In the UK, I'd imagine the Suprim is >£3000.

Obscene.


----------



## BluesFanUK (Jun 2, 2021)

Sadly there are legions of idiots out there who will keep buying these products and only encourage Nvidia to ramp up prices. A truly awful situation for PC gamers to be in right now.


----------



## Minus Infinity (Jun 3, 2021)

It's so important to spend another $600 over a 3080 to get a few more fps. They just had to do anything to beat the 6900XT at any cost. This card is at most worth another $100 over the 3080, which if you could ever get one at RRP is much better value. 3070 Ti will also be another useless card especially still at 8GB and 3080 will also be a much better choice.


----------



## qubit (Jun 3, 2021)

MSI consistently has the quietest cards out there, which is why I buy them. It's interesting to see that this one isn't as quiet as expected and it looks to me like it's due to the amount of power that the GPU consumes. While I've not ready the other reviews yet, it's likely the card of choice for me if I was buying one now. Alas, I'm not of course, because the prices are obscene and availability next to zero from a reputable retailer.


----------



## Tom Sunday (Jun 3, 2021)

Listed at over $2000 who buys these kind of cards? The 'enthusiast market' and especially those with extra deep pockets is less than 1%. Many of our security guards on my shift here at Walmart drive used hobbled together cars for that kind of money! Bubba in electronics said: "At least my 1996 Mustang (Rustang) I gotten for $1,390 cash on Craiglist brings in the bread!" I personally fish in the very early morning hours a lot of 10-plus year old AAA games out of the Walmart bins for less than $8. Why would anyone play any game title even if it cost a ridiculous $55 at the outset and pay over $2000 for a GPU? Greetings from the stockrooms at Walmart with free WIFI and a man who drives a forklift on the 'third shift.' Reality bites!


----------



## Intervention (Jun 23, 2021)

Something is not right here. These tests were done with a AMD Ryzen 7 5800X and Thermaltake TOUGHRAM, 16 GB DDR4@ 4000 MHz 19-23-23-42 1T Infinity Fabric @ 2000 MHz (1:1) without WHEA? I have tested all 3 of my CPU's 5600X, 5800X, 5950X with 5 different motherboards, MSI B550 Unify X, ASUS X570 HERO, MSI B550 Tomahawk, Gigabyte B550M S2H, and ASUS X570 E and all reported WHEA with latest BIOS on all boards while running RAM above 3800Mhz.

I can run 4200Mhz with my G.Skill Triden Z kit, but errors come up also. I know errors are occurring because while in games stuttering happens. Also during MemtestPro and HWInfo running I see the errors coming up in a matter of minutes. I just updated my Unify X to Agesa ComboAM4PIV2 1.2.0.3b and no change.

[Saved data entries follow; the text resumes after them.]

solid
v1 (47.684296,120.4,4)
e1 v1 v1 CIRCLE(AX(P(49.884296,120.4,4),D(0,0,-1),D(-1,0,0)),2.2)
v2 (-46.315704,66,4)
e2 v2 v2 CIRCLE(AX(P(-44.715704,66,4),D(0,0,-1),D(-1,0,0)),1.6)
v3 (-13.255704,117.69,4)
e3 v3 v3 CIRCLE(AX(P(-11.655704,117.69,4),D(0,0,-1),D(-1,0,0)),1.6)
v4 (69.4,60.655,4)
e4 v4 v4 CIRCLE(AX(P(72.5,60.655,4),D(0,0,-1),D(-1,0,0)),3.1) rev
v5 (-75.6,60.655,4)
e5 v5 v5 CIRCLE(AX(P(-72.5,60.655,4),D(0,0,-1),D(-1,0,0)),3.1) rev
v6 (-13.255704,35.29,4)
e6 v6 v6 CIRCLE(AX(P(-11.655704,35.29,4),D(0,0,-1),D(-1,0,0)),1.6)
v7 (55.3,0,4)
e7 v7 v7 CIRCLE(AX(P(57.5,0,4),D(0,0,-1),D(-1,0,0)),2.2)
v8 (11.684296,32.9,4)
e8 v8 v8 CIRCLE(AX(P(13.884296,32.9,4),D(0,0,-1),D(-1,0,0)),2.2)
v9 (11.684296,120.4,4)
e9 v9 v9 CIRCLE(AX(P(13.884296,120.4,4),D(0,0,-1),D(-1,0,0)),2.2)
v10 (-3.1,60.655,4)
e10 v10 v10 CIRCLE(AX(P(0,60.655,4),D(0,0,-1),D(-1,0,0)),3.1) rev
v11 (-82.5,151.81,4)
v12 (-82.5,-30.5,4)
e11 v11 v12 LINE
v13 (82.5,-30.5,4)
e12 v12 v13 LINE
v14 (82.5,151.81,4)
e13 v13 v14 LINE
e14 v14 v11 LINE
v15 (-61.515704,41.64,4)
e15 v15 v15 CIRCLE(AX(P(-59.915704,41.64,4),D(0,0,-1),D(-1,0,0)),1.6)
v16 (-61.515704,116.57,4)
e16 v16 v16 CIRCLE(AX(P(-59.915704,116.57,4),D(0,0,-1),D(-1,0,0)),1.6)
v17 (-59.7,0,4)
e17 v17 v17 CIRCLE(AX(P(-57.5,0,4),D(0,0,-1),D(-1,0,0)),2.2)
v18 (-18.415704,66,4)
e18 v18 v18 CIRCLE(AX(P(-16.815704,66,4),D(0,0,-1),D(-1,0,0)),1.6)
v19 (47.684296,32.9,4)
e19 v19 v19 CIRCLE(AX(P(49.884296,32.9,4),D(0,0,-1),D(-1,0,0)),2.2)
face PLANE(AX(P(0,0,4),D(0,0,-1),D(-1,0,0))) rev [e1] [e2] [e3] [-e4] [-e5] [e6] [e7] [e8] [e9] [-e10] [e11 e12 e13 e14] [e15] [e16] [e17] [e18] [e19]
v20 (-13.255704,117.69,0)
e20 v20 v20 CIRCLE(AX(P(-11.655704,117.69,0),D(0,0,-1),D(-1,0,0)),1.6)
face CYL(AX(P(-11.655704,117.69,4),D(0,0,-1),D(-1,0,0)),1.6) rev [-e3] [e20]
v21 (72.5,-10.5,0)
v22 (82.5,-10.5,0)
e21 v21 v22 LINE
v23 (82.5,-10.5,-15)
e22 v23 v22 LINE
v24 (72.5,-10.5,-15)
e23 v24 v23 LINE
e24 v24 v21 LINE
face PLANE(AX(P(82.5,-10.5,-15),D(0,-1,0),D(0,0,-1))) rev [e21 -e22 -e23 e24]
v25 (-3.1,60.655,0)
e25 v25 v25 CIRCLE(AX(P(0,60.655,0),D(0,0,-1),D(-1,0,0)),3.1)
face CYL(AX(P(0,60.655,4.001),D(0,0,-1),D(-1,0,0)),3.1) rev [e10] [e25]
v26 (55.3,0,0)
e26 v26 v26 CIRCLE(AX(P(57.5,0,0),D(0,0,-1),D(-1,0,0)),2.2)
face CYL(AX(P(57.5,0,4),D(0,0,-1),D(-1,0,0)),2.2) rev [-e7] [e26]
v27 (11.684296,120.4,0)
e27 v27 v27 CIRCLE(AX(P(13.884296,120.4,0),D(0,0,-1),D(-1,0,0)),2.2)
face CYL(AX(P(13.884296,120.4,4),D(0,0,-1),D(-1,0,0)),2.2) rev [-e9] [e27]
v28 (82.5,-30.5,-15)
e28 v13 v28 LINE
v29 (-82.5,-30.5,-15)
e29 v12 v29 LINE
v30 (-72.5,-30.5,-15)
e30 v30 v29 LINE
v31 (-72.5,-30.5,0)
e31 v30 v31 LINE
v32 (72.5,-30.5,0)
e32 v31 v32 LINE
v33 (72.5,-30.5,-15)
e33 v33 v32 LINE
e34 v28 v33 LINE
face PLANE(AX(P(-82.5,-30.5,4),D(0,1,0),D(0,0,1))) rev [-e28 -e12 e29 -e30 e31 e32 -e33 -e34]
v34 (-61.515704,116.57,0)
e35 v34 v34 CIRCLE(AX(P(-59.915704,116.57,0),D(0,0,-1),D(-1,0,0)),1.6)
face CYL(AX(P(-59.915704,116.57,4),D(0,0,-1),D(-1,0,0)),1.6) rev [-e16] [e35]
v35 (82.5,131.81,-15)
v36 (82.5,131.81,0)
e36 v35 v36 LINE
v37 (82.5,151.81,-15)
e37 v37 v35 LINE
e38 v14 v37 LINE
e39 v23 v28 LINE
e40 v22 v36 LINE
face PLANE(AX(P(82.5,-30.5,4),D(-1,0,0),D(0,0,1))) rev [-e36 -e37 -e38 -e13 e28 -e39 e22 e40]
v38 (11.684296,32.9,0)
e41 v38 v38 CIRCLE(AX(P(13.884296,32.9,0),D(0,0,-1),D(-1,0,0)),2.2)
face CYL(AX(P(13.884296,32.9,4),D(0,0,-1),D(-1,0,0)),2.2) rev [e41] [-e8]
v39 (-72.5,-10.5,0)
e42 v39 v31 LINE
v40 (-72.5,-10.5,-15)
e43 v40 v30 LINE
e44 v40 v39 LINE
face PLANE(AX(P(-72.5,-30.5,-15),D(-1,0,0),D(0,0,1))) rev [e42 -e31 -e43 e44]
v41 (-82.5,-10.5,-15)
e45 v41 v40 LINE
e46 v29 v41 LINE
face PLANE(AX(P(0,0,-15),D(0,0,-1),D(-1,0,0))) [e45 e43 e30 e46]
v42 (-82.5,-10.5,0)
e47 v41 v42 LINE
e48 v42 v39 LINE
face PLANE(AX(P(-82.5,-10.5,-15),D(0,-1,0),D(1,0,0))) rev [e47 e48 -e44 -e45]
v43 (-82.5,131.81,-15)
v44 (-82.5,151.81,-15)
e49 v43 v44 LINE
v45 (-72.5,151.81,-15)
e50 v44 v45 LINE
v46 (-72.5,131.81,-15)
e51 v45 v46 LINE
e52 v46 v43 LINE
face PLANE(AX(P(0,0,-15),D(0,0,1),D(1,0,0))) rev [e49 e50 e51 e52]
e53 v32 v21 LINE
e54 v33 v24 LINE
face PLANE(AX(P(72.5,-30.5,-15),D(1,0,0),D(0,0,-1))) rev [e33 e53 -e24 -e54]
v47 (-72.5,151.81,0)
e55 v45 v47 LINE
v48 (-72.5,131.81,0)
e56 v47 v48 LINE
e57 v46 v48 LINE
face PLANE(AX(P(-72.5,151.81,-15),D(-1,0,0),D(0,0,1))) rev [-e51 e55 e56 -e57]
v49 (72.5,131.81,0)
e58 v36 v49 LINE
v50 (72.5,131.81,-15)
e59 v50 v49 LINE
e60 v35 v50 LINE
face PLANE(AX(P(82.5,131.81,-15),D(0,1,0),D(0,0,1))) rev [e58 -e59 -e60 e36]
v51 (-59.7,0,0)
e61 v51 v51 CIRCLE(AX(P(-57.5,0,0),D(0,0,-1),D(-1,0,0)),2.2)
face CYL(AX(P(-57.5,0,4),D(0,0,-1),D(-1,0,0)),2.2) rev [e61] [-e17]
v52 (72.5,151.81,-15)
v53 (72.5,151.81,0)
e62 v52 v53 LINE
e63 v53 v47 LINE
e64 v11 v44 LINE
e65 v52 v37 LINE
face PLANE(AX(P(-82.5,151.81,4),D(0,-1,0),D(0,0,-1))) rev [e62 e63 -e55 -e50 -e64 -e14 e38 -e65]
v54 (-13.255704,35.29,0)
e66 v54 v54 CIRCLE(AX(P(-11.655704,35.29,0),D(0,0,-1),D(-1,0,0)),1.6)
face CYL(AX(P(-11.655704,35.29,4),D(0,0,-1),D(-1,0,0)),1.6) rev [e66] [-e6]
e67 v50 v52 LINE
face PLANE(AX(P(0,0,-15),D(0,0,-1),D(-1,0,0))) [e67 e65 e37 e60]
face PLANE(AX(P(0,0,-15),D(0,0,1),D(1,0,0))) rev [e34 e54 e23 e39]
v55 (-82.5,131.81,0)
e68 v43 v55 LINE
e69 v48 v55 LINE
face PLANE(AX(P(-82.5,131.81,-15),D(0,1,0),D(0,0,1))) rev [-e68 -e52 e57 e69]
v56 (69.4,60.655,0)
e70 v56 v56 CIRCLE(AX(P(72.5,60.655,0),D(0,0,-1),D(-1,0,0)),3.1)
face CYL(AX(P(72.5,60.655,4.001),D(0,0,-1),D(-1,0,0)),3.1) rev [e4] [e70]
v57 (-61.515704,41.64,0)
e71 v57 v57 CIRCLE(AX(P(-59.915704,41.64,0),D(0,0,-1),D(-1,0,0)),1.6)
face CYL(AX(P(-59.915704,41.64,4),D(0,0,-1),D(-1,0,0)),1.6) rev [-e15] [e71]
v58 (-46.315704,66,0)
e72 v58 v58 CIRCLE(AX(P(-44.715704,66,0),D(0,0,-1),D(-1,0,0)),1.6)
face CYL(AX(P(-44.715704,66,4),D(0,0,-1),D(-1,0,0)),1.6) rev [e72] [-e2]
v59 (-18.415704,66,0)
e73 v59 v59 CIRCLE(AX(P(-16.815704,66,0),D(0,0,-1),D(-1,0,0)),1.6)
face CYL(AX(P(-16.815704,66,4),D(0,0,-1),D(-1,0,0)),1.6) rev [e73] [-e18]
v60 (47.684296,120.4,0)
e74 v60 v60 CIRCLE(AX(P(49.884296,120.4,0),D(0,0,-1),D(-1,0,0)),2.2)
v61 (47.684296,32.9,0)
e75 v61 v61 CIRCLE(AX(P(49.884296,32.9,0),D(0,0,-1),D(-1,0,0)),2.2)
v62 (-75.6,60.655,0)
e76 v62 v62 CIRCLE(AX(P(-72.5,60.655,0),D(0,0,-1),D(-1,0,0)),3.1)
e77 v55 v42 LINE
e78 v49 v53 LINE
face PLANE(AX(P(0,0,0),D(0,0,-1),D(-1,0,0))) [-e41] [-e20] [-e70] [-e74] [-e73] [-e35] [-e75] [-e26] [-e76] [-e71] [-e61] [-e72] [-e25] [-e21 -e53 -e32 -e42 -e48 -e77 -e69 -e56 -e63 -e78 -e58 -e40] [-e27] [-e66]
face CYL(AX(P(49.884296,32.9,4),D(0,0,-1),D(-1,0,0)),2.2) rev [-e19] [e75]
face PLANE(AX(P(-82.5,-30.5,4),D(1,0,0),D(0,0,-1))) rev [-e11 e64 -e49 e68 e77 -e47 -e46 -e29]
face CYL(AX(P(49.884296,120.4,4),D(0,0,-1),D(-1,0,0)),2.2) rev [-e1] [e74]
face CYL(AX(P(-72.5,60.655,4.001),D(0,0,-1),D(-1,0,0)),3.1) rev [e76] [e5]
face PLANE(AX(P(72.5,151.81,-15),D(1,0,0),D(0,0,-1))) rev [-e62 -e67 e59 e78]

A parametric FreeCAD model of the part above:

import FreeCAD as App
import Part
import Sketcher
from FreeCAD import Vector
Q = App.Units.Quantity


def add_polygon(sketch, points):
    """Adds a closed chain of lines whose ends are joined by coincident constraints."""
    first, n = sketch.GeometryCount, len(points)
    for a, b in zip(points, points[1:] + points[:1]):
        sketch.addGeometry(Part.LineSegment(App.Vector(*a, 0), App.Vector(*b, 0)), False)
    for i in range(n):
        sketch.addConstraint(Sketcher.Constraint("Coincident", first + i, 2, first + (i + 1) % n, 1))

doc = App.newDocument("Part")
body = doc.addObject("PartDesign::Body", "Body")

# Sketch on XY plane
sketch1 = body.newObject("Sketcher::SketchObject", "Sketch")
sketch1.AttachmentSupport = (doc.getObject("XY_Plane"), [""])
sketch1.MapMode = "FlatFace"
add_polygon(sketch1, [(-82.5, 151.81), (-82.5, -30.5), (82.5, -30.5), (82.5, 151.81)])  # lines 0-3
sketch1.addConstraint([
    Sketcher.Constraint("Vertical", 0),
    Sketcher.Constraint("Horizontal", 1),
    Sketcher.Constraint("Vertical", 2),
    Sketcher.Constraint("Horizontal", 3),
    Sketcher.Constraint("DistanceX", 1, 1, 1, 2, Q("165 mm")),
    Sketcher.Constraint("DistanceY", 0, 2, 0, 1, Q("182.31 mm")),
    Sketcher.Constraint("DistanceX", 0, 2, -1, 1, Q("82.5 mm")),
    Sketcher.Constraint("DistanceY", 0, 2, -1, 1, Q("30.5 mm")),
])
pad1 = body.newObject("PartDesign::Pad", "Pad")
pad1.Profile = sketch1
pad1.Length = 4

# Sketch on XY plane
sketch2 = body.newObject("Sketcher::SketchObject", "Sketch001")
sketch2.AttachmentSupport = (doc.getObject("XY_Plane"), [""])
sketch2.MapMode = "FlatFace"
sketch2.addGeometry([
    Part.Circle(Vector(49.884296, 120.4, 0), Vector(0, 0, 1), 2.2),  # 0
    Part.Circle(Vector(49.884296, 32.9, 0), Vector(0, 0, 1), 2.2),  # 1
    Part.Circle(Vector(13.884296, 32.9, 0), Vector(0, 0, 1), 2.2),  # 2
    Part.Circle(Vector(13.884296, 120.4, 0), Vector(0, 0, 1), 2.2),  # 3
    Part.Circle(Vector(-57.5, 0, 0), Vector(0, 0, 1), 2.2),  # 4
    Part.Circle(Vector(57.5, 0, 0), Vector(0, 0, 1), 2.2),  # 5
    Part.Circle(Vector(-11.655704, 35.29, 0), Vector(0, 0, 1), 1.6),  # 6
    Part.Circle(Vector(-16.815704, 66, 0), Vector(0, 0, 1), 1.6),  # 7
    Part.Circle(Vector(-11.655704, 117.69, 0), Vector(0, 0, 1), 1.6),  # 8
    Part.Circle(Vector(-59.915704, 116.57, 0), Vector(0, 0, 1), 1.6),  # 9
    Part.Circle(Vector(-44.715704, 66, 0), Vector(0, 0, 1), 1.6),  # 10
    Part.Circle(Vector(-59.915704, 41.64, 0), Vector(0, 0, 1), 1.6),  # 11
], False)
sketch2.addConstraint([
    Sketcher.Constraint("Equal", 0, 1),
    Sketcher.Constraint("Equal", 1, 2),
    Sketcher.Constraint("Equal", 2, 3),
    Sketcher.Constraint("Equal", 3, 4),
    Sketcher.Constraint("Equal", 4, 5),
    Sketcher.Constraint("Equal", 6, 7),
    Sketcher.Constraint("Equal", 7, 8),
    Sketcher.Constraint("Equal", 8, 9),
    Sketcher.Constraint("Equal", 9, 10),
    Sketcher.Constraint("Equal", 10, 11),
    Sketcher.Constraint("Symmetric", 4, 3, 5, 3, -1, 1),
    Sketcher.Constraint("PointOnObject", 4, 3, -1),
    Sketcher.Constraint("Horizontal", 1, 3, 2, 3),
    Sketcher.Constraint("Horizontal", 0, 3, 3, 3),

So please, can you elaborate on how it is that TECHPOWERUP managed to run these tests and validate them without any WHEA? 

I do not want to sound like a jerk, but I think we ought to take a closer look at these reviews here done with this set up and perhaps redo them in a proper hardware setup? Perhaps RAM @3800Mhz? Or Maybe there is something I am not aware of that I can do to eliminate the WHEA I am experiencing? If so, I would immensely appreciate some info. Thank you!


----------



## W1zzard (Jun 23, 2021)

Intervention said:


> WHEA


Yeah there's a low number of WHEA errors, which I found out too late in the retesting cycle. This doesn't seem to affect results in a significant way, but yeah, next retest I'll use 3800 MHz memory


----------



## Intervention (Jun 23, 2021)

W1zzard said:


> Yeah there's a low number of WHEA errors, which I found out too late in the retesting cycle. This doesn't seem to affect results in a significant way, but yeah, next retest I'll use 3800 MHz memory


Thanks Wizzard! You're the man!


----------



## Caring1 (Jun 23, 2021)

Intervention said:


> Thanks Wizzard! You're the man!


Did you just assume their gender?


----------



## Fatti3455 (Jul 11, 2021)

in rewiev page>temp chart 
ASUS RTX 3080 Ti STRIX OC 38°C
i guess this is LC not air cooled version. Better remark as LC


----------



## W1zzard (Jul 12, 2021)

Fixed, thanks!


----------



## mustafak005 (Dec 10, 2021)

Whatever overclock settings I tried with my new 3080 ti suprim x card, I could not pass 82-83 mh. There have been many threads on the forums about this problem.The cards are all new. I wonder if a new lhr correction was made in the last produced cards. Will flashing the bios fix the problem?

please help me


----------



## Caring1 (Dec 10, 2021)

mustafak005 said:


> Whatever overclock settings I tried with my new 3080 ti suprim x card, I could not pass 82-83 mh. There have been many threads on the forums about this problem.The cards are all new. I wonder if a new lhr correction was made in the last produced cards. Will flashing the bios fix the problem?
> 
> please help me


Try starting a thread asking for help in the GPU section, not in a review.


----------



## diogogmaio (Oct 27, 2022)

What where the overclocking settings in afterburner? Any core voltage change? Sorry if it's in the review but i couldnt find the info.


----------



## W1zzard (Oct 27, 2022)

diogogmaio said:


> What where the overclocking settings in afterburner? Any core voltage change? Sorry if it's in the review but i couldnt find the info.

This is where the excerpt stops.